Adding the code for CustomWatermarkGenerator
.....
@Override
public void onEvent(Customer customer, long l, WatermarkOutput
watermarkOutput) {
currentMaxTimestamp = Math.max(currentMaxTimestamp,
customer.getEventTime() );
}
@Override
public void onPeriodicEmit(WatermarkOutput watermarkOutput) {
watermarkOutput.emitWatermark(new Watermark(currentMaxTimestamp));
}
.....
On Thu, May 6, 2021 at 1:33 AM Swagat Mishra <[email protected]> wrote:
> Hi,
>
> Bit of background, I have a stream of customers who have purchased some
> product, reading these transactions on a KAFKA topic. I want to aggregate
> the number of products the customer has purchased in a particular duration
> ( say 10 seconds ) and write to a sink.
>
> I am using session windows to achieve the above.
>
> For test purposes, i have mocked up a customer stream and executed
> session windows like below.
>
> StreamExecutionEnvironment environment =
> StreamExecutionEnvironment.getExecutionEnvironment();
> DataStream<Customer> customerStream = environment.addSource( new
> CustomerGenerator() );
>
> customerStream
>
> //.assignTimestampsAndWatermarks(WatermarkStrategy.forBoundedOutOfOrderness(Duration.ofSeconds(7)))

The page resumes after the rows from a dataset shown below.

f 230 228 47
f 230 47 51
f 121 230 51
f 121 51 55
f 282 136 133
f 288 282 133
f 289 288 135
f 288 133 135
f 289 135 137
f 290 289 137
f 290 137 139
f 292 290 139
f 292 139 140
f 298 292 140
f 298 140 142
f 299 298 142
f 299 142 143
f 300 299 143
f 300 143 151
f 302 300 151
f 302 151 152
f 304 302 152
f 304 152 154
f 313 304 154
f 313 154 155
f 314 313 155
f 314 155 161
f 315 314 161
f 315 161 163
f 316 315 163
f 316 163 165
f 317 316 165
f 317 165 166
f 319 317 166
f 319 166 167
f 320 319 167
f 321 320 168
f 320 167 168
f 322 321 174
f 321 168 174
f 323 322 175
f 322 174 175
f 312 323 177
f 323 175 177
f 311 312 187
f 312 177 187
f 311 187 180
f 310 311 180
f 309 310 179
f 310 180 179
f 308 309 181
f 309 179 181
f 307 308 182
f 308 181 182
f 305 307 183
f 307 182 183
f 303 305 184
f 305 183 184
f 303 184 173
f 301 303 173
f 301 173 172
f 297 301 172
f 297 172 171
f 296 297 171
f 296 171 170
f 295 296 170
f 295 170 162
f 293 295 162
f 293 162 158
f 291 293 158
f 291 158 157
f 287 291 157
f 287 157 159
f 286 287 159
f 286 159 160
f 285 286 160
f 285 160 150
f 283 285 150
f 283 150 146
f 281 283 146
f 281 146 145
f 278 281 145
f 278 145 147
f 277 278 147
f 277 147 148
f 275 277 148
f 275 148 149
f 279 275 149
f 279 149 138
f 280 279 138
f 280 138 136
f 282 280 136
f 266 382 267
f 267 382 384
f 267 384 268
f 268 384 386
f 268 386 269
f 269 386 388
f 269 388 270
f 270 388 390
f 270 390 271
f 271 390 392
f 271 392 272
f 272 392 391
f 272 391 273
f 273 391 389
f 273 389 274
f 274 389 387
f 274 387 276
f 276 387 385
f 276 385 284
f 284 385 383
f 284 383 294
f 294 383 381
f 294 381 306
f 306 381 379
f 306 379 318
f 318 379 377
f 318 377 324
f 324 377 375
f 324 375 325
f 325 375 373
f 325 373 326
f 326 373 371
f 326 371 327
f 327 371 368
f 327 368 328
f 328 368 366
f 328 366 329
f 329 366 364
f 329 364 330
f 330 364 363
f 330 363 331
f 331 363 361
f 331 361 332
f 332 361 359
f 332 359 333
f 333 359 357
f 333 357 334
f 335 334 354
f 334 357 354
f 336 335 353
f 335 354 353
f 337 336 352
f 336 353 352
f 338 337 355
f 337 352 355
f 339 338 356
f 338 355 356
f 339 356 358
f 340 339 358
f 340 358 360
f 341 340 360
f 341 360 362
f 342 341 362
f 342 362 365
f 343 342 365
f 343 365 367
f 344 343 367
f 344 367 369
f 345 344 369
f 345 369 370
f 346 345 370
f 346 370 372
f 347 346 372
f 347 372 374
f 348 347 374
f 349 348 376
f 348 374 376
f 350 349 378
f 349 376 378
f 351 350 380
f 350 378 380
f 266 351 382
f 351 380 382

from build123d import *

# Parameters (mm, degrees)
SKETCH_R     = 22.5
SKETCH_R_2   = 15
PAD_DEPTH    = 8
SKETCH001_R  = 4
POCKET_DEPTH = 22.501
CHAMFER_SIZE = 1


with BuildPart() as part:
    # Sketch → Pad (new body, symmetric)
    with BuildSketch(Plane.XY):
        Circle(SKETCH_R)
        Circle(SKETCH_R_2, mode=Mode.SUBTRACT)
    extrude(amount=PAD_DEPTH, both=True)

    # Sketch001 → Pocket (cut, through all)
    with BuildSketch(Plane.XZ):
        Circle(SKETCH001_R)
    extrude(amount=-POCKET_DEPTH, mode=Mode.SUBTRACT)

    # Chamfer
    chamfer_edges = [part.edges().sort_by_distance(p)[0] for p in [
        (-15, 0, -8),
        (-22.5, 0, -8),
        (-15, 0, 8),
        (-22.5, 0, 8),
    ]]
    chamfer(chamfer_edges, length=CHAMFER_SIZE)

> .assignTimestampsAndWatermarks(WatermarkStrategy.forGenerator(new
> WaterMarkAssigner()))
> .keyBy(Customer::getIdentifier)
> .window(EventTimeSessionWindows.withGap(Time.seconds(5)))
> .trigger(EventTimeTrigger.create())
> .evictor(new CustomerEvictor())
> .process(new CustomAggregateFunction())
> .print();
>
> My watermark assigner looks like:
>
> public class WaterMarkAssigner implements WatermarkStrategy<Customer> {
> static final Logger logger =
> LoggerFactory.getLogger(WaterMarkAssigner.class);
>
> @Override
> public WatermarkGenerator<Customer>
> createWatermarkGenerator(WatermarkGeneratorSupplier.Context context) {
> return new CustomWatermarkGenerator();
> }
> }
>
> I notice that the evictor, and aggregation functions are getting called only
> once for the first customer in the stream.
>
> The data stream is generating customers at 1 seconds interval and there are 5
> customer keys for which it's generating transactions.
>
> Am I doing something wrong with the above?
>
> I want to be able to capture the event on each transaction getting added and
> removed from the window so that I can perform the aggregation.
>
> please advise.
>
>
>
>
>